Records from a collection
◆ ◆ ◆ ◆ ◆

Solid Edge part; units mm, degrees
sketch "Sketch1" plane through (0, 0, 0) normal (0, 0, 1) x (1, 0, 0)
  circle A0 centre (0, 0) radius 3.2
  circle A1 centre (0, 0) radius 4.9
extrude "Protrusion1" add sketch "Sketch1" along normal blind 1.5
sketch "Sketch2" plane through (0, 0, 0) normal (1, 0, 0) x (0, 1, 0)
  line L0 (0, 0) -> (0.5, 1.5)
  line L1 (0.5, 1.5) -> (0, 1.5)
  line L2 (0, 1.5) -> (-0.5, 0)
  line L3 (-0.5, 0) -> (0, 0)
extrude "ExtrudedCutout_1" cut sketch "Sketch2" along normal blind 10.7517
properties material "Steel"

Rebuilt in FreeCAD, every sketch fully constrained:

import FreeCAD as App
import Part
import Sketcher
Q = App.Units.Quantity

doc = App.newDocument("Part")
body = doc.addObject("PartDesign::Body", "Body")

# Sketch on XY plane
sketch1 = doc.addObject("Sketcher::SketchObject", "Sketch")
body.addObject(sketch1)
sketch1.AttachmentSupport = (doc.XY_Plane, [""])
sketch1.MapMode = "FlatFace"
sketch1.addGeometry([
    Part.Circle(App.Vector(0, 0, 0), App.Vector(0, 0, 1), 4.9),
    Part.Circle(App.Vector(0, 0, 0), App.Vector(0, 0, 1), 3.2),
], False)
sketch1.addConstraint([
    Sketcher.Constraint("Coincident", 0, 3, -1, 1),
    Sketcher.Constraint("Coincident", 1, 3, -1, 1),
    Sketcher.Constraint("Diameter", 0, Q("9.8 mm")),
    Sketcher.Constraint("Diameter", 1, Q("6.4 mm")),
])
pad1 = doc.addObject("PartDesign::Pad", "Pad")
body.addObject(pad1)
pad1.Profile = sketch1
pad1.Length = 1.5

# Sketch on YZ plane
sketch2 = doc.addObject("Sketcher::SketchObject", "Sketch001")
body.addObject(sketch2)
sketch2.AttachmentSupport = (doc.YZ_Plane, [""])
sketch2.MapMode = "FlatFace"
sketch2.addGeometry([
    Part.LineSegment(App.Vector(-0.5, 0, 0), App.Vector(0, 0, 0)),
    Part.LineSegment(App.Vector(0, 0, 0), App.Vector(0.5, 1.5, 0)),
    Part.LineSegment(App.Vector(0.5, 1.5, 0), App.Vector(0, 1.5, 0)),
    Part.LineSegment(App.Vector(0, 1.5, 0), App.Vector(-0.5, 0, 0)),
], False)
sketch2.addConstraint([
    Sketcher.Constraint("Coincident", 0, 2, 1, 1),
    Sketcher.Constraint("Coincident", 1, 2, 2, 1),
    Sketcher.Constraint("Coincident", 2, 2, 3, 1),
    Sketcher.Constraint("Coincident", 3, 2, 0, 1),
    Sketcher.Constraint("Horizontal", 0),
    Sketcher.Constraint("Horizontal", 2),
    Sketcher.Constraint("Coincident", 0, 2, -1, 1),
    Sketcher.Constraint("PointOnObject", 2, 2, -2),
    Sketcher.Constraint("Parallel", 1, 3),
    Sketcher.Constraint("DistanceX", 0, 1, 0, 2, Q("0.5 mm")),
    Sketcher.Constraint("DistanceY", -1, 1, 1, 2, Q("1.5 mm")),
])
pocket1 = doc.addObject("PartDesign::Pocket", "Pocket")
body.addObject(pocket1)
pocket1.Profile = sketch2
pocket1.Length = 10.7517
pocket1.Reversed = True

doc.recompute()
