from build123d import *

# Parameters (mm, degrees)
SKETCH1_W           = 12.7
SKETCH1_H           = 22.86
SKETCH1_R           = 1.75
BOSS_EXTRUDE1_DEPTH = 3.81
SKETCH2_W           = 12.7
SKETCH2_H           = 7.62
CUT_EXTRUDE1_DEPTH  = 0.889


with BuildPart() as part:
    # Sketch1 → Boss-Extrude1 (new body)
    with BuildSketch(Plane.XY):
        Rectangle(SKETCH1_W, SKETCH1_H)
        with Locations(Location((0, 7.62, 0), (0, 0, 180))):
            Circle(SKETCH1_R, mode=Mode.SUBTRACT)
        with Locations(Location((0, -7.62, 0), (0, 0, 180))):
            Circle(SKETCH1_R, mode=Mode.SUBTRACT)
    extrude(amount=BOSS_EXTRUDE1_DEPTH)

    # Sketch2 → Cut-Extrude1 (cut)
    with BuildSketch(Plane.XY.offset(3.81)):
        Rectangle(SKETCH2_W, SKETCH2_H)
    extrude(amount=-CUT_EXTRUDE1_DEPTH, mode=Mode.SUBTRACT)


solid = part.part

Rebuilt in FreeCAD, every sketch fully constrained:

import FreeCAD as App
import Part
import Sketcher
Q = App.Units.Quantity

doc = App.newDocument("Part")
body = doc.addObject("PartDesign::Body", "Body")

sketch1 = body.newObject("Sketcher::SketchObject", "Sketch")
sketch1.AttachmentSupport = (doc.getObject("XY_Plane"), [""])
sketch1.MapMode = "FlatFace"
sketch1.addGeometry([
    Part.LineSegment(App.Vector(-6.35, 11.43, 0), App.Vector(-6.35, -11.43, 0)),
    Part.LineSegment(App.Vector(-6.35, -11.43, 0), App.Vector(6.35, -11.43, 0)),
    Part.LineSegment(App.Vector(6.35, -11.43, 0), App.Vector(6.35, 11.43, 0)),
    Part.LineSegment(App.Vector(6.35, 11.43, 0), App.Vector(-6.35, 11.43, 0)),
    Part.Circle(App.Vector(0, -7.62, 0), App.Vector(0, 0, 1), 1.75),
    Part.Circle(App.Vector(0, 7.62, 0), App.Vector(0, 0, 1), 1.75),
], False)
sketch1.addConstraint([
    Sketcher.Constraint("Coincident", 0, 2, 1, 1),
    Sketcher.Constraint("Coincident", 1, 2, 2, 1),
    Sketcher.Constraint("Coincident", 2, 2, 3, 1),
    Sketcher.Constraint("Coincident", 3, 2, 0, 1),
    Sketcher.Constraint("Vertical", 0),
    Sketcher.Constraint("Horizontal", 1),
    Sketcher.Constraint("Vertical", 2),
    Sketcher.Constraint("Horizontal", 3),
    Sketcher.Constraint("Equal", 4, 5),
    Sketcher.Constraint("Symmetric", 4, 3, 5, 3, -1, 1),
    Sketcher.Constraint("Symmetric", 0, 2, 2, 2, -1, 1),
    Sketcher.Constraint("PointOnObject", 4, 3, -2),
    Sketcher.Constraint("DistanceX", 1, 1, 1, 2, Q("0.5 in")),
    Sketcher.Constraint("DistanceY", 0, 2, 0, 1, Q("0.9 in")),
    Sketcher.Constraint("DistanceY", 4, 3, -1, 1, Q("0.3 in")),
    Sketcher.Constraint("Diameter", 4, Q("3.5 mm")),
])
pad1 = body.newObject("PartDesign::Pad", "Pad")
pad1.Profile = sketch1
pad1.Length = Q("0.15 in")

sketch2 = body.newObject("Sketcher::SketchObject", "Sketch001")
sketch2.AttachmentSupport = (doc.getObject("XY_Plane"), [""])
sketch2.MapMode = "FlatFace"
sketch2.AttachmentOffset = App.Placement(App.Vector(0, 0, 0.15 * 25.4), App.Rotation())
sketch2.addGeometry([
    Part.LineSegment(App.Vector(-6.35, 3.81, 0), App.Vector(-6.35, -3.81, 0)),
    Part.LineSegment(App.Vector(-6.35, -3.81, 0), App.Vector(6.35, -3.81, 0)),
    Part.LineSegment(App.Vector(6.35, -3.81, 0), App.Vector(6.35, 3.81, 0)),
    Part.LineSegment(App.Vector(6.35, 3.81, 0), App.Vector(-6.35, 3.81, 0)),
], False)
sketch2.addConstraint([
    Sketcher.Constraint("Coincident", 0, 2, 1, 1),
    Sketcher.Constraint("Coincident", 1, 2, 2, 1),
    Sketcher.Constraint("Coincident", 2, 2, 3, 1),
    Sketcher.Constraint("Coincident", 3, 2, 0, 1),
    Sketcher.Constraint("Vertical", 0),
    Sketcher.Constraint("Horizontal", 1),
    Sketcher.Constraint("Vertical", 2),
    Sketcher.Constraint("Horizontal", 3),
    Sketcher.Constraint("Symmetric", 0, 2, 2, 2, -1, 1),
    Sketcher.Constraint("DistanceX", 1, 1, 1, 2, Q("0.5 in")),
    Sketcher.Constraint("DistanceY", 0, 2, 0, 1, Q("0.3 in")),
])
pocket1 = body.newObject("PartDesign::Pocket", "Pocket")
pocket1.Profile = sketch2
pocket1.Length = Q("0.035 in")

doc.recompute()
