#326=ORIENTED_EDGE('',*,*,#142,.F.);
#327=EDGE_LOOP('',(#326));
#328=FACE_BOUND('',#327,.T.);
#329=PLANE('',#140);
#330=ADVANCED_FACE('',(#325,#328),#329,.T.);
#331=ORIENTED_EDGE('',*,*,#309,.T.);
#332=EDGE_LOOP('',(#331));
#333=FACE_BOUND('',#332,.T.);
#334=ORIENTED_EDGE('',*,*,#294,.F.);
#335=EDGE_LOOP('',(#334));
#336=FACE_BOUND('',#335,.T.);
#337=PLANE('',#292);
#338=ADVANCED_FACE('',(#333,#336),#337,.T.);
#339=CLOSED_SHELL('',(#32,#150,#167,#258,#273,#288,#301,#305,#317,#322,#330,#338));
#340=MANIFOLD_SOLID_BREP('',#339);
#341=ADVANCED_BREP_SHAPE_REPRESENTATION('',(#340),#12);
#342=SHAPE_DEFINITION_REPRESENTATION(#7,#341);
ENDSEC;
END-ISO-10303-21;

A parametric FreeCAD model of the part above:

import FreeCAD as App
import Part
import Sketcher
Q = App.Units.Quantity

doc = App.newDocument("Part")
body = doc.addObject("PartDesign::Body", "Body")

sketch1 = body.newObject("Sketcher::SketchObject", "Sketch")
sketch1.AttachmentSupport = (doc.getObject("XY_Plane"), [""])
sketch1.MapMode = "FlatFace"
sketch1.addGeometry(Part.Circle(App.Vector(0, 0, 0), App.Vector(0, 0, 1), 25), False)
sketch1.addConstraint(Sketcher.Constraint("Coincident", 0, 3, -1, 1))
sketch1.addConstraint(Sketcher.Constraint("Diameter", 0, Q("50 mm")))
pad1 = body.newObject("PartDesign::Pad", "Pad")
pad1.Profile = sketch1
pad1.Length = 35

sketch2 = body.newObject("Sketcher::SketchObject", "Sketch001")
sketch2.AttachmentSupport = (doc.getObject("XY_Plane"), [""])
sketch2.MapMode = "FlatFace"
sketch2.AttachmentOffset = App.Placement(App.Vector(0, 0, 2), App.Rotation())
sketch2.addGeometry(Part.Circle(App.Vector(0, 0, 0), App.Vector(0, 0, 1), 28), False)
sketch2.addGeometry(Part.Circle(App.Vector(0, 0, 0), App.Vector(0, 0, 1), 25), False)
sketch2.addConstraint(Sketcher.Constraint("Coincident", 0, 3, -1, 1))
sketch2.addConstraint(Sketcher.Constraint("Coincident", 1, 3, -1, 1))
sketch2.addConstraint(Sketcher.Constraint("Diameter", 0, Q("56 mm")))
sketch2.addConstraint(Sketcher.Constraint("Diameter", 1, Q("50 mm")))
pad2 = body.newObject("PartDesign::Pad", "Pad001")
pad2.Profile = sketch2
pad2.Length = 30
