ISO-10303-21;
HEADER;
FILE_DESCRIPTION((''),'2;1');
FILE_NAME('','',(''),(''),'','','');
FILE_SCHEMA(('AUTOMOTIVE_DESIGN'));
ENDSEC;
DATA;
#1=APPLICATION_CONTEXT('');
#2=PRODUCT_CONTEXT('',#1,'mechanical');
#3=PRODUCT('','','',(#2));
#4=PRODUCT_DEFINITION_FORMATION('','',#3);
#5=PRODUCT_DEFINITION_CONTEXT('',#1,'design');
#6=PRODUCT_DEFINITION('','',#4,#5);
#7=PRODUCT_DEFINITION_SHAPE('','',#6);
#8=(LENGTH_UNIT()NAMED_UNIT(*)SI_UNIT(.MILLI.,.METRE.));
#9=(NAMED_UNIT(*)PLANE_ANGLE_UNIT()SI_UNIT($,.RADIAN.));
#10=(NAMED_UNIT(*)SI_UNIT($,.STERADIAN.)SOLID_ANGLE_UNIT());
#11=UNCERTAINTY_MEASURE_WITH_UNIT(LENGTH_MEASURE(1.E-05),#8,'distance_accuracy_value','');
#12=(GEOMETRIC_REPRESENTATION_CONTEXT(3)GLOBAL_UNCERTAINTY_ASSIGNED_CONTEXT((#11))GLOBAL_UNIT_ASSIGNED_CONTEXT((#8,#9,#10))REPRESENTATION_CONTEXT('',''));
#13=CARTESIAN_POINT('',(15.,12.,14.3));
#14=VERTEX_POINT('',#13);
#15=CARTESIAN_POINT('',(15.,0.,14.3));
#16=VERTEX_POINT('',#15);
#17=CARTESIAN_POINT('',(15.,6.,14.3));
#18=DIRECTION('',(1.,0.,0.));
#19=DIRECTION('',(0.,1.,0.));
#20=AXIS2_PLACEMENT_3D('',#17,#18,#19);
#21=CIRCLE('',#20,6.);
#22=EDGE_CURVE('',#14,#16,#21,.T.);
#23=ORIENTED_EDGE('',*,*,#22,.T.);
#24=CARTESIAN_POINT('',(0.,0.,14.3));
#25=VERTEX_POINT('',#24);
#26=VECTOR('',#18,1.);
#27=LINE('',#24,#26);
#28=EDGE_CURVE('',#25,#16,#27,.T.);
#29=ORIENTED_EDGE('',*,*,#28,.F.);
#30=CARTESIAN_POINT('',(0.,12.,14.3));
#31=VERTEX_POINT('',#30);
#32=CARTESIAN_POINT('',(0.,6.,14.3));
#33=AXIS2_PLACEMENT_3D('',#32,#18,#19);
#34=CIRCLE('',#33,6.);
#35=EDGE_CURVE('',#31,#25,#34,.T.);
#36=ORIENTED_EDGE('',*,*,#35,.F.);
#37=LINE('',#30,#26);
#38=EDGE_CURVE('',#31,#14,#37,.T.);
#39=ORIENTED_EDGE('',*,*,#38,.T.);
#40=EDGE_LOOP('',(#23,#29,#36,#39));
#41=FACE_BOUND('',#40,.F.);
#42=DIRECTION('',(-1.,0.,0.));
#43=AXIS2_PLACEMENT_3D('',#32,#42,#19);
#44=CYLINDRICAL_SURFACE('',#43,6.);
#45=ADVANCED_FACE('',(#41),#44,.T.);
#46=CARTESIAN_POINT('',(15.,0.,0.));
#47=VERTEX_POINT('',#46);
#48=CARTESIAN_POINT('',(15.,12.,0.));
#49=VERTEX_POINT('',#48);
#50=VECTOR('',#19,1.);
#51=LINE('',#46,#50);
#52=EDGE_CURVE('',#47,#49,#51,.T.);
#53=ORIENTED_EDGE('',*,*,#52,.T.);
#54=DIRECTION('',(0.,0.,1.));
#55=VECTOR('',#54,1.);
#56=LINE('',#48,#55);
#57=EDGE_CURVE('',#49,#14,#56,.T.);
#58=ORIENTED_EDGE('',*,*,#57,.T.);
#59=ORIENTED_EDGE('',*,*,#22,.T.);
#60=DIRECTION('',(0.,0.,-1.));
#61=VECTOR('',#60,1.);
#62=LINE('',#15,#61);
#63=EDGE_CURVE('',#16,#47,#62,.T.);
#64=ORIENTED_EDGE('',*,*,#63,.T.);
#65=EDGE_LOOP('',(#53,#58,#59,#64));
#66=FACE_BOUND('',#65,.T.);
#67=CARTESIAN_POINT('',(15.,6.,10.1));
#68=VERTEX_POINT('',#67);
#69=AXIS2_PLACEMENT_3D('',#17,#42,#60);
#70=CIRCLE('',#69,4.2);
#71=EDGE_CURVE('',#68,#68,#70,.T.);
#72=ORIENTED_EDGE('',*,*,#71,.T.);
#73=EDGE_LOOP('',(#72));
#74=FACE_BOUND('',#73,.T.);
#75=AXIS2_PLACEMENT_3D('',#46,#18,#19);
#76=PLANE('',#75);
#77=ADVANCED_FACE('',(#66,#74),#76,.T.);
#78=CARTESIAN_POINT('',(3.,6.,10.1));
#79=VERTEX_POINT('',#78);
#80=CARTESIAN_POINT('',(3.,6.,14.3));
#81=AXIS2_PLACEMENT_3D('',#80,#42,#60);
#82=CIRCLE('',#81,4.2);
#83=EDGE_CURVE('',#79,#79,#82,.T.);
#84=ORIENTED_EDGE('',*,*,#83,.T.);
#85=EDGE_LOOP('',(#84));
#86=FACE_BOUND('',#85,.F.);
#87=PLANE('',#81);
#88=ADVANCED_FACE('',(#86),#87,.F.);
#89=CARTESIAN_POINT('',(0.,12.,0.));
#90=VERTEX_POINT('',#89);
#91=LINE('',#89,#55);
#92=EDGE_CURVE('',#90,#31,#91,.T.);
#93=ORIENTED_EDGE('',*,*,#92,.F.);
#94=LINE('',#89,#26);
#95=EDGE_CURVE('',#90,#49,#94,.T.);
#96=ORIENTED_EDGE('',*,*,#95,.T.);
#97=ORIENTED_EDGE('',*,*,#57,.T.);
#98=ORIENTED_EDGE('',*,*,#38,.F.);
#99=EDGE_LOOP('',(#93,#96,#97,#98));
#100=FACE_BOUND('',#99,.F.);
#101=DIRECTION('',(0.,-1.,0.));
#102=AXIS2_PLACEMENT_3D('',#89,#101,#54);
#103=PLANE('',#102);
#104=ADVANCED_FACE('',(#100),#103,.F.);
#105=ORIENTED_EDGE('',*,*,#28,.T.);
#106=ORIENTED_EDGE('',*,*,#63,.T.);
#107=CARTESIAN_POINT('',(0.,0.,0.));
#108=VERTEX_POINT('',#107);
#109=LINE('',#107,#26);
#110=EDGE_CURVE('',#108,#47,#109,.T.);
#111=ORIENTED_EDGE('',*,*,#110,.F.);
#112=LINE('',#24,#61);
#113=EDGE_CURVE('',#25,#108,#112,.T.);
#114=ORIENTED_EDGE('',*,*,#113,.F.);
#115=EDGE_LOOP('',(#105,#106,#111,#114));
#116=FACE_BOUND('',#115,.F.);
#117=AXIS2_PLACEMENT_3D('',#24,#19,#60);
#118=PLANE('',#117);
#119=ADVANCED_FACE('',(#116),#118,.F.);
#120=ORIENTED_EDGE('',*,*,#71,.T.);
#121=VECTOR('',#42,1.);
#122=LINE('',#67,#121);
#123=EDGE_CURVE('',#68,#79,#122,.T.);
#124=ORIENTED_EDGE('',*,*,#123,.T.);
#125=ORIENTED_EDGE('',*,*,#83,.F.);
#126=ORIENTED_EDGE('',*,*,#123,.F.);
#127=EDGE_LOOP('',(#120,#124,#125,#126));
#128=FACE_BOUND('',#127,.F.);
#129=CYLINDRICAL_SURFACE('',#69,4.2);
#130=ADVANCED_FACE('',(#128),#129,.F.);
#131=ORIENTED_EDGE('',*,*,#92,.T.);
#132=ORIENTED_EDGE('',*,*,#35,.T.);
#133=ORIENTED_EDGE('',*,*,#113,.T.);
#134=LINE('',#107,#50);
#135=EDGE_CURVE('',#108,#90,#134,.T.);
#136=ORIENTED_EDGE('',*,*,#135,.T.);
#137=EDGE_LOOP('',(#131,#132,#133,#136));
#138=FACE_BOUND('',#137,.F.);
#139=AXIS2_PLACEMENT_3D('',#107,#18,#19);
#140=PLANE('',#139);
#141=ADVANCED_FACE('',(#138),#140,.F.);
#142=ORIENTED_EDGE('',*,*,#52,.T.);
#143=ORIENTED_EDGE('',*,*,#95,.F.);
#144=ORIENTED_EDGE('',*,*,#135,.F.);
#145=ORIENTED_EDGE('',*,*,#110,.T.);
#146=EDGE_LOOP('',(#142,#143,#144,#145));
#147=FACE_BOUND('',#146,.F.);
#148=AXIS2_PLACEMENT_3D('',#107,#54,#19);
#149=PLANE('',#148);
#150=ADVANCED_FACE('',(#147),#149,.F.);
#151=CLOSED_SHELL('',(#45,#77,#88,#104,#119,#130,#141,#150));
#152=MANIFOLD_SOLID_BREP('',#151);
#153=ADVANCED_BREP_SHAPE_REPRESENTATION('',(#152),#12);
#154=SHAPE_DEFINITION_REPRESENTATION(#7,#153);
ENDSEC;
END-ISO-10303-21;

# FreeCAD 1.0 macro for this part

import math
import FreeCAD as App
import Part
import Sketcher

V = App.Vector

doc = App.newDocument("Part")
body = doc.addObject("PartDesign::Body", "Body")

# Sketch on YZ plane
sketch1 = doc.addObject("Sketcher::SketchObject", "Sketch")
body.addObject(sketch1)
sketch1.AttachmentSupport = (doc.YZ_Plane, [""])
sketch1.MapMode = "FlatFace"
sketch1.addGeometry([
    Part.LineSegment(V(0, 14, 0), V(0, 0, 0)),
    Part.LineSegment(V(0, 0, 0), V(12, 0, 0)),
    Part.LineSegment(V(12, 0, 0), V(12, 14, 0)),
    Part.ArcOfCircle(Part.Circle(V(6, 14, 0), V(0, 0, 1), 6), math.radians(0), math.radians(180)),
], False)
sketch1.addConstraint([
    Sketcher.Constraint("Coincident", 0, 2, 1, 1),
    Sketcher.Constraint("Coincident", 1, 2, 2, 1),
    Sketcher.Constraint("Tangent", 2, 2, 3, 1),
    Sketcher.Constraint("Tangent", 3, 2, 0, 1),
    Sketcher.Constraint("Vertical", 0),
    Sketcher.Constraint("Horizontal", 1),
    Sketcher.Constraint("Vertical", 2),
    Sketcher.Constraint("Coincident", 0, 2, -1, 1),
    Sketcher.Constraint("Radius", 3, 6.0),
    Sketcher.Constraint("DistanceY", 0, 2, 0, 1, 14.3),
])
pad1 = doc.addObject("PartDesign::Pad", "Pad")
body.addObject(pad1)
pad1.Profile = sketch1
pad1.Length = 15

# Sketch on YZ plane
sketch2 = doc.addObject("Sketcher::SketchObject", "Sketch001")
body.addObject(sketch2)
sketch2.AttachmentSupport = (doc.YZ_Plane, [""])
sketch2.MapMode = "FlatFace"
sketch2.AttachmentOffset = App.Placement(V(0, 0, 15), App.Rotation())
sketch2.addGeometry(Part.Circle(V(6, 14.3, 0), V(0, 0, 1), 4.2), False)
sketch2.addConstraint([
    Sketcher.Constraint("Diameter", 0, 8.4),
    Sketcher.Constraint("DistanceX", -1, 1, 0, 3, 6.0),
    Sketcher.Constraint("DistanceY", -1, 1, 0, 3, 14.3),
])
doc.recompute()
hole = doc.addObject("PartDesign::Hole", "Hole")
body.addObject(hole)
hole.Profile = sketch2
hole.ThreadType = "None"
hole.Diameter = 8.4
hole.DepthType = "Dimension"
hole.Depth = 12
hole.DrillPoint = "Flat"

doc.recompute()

◆ ◆ ◆ ◆ ◆

*Required action*. From the records above, show each line that contains the word "degrees".

*Completed task*.
Solid Edge part; units mm, degrees
# Parameters (mm, degrees)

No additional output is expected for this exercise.